On Mon, 25 Jan 2021 14:06:51 -0500 Karl <gmkarl@gmail.com> wrote:
On 1/24/21, David Barrett <dbarrett@expensify.com> wrote:
Hi all, I'm the CEO a company called Expensify, developing a new open source chat application at https://Expensify.cash. I was pretty prolific on the p2p-hackers mailing list back in the day, but this is my first post to Cypherpunk, so... hi!
Punk's comment on javascript has merit. It's hard to secure javascript. It's gotten easier, but it's still designed for the web, where everything you do is handed to you by a stranger.
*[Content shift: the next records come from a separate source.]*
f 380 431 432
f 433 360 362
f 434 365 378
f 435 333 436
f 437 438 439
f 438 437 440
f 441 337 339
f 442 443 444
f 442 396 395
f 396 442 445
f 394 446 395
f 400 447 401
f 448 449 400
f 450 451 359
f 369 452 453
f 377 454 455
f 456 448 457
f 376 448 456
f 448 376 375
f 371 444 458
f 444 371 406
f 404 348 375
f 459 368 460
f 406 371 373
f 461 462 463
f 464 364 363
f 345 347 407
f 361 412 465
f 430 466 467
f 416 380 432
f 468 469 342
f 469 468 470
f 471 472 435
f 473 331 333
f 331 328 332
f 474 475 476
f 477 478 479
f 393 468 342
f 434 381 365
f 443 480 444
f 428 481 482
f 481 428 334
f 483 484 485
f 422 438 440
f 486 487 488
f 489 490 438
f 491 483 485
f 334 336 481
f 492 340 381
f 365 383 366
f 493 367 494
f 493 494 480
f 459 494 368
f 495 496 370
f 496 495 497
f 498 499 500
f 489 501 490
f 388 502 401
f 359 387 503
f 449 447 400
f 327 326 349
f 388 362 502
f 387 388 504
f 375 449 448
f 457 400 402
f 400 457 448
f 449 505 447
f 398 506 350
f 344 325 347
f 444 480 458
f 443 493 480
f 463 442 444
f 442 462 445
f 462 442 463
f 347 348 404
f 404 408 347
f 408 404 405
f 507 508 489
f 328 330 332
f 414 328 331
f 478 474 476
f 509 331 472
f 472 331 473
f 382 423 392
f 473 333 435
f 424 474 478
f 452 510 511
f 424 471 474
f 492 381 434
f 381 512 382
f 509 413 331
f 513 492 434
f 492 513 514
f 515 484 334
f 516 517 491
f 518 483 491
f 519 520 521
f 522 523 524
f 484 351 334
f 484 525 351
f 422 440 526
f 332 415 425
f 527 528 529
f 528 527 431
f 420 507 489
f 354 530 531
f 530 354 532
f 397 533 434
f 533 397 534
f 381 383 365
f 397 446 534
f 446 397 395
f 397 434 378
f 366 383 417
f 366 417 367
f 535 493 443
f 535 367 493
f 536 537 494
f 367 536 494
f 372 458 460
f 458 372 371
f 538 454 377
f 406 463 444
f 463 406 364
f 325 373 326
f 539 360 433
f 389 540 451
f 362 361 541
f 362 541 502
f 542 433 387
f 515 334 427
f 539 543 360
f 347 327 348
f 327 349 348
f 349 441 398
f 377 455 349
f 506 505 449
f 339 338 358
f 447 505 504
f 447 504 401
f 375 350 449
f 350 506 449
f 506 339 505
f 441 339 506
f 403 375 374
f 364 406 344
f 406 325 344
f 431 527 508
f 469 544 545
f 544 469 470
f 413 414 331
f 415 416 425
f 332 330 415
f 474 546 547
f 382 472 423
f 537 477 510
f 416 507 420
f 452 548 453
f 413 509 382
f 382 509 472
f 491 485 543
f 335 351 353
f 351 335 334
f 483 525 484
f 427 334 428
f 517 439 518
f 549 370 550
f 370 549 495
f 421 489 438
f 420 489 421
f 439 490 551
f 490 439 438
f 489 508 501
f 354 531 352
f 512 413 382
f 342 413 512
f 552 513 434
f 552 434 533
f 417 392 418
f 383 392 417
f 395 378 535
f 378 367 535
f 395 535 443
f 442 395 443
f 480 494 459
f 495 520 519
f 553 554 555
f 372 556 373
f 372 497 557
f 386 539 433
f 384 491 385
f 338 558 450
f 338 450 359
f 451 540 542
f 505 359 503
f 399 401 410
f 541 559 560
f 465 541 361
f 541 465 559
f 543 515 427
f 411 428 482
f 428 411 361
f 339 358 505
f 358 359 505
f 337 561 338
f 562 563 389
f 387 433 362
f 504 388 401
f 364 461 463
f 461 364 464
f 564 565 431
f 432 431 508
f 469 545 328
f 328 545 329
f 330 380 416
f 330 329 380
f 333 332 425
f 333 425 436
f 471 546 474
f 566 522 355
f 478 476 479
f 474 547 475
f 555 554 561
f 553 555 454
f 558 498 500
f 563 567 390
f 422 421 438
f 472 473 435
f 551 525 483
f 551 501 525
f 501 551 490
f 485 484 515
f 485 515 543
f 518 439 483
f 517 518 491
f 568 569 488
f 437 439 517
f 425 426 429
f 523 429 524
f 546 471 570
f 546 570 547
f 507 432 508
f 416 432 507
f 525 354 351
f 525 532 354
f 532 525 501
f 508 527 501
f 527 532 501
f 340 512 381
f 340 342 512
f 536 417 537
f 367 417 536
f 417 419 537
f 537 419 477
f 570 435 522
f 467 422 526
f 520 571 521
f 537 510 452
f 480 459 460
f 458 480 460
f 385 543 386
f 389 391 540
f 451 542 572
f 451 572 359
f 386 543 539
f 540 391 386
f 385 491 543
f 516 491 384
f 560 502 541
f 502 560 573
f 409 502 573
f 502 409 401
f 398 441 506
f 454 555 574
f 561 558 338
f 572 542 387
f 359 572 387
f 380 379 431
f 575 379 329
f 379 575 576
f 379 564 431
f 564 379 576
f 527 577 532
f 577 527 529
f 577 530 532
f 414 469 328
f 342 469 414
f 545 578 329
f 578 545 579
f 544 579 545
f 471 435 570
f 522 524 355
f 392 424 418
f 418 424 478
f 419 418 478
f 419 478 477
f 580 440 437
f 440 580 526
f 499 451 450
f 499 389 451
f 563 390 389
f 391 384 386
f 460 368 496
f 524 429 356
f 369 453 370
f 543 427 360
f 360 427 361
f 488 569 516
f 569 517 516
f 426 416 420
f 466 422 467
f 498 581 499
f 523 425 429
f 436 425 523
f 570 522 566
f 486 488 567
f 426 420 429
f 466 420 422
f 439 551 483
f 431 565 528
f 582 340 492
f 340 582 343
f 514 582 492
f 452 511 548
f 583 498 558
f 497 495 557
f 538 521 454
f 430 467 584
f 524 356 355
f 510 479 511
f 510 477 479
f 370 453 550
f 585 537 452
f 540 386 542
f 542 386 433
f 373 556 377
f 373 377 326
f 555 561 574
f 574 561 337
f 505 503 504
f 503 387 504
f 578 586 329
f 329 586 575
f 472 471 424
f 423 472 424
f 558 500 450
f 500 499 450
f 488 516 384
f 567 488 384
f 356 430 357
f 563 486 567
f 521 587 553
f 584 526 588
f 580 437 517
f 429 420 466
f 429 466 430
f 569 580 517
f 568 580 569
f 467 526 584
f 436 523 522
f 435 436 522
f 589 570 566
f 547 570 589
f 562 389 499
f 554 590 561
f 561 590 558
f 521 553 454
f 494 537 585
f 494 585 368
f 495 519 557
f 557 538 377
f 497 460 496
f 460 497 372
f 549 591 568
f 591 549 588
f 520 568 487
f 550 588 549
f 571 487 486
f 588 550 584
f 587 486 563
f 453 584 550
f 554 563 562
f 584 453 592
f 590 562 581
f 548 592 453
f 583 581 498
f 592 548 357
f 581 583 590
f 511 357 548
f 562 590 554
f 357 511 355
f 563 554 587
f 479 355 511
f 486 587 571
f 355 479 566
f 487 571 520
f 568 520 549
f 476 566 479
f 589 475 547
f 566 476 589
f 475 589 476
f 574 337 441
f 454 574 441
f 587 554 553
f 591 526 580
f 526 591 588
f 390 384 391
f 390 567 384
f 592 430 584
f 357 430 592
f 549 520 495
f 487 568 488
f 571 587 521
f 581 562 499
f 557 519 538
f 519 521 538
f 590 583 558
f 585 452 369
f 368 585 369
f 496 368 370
Re Signal and Javascript, Signal offers its code in a signed binary, and offers the source to that binary for anybody to build and check. I'm not aware that javascript has a way to provide cryptographic signatures of its code, but I've been out of the loop for a while.
yeah the 'javascript model' is : you automatically run un-audited, obfuscated random garbage from random arpanet websites. The way 'javascript' is used is of course insane...and malicious. It's funny to see people "developing a new open source chat application" who can't even make a basic website which isn't fucking malware. On the other hand it should be obvious that nobody should touch mr barrett's "app" even with a ten foot pole given the way he treats the visitors to his site.
Basically a number of the design choices around signal demonstrate trust. Some do not. But more than most projects out there.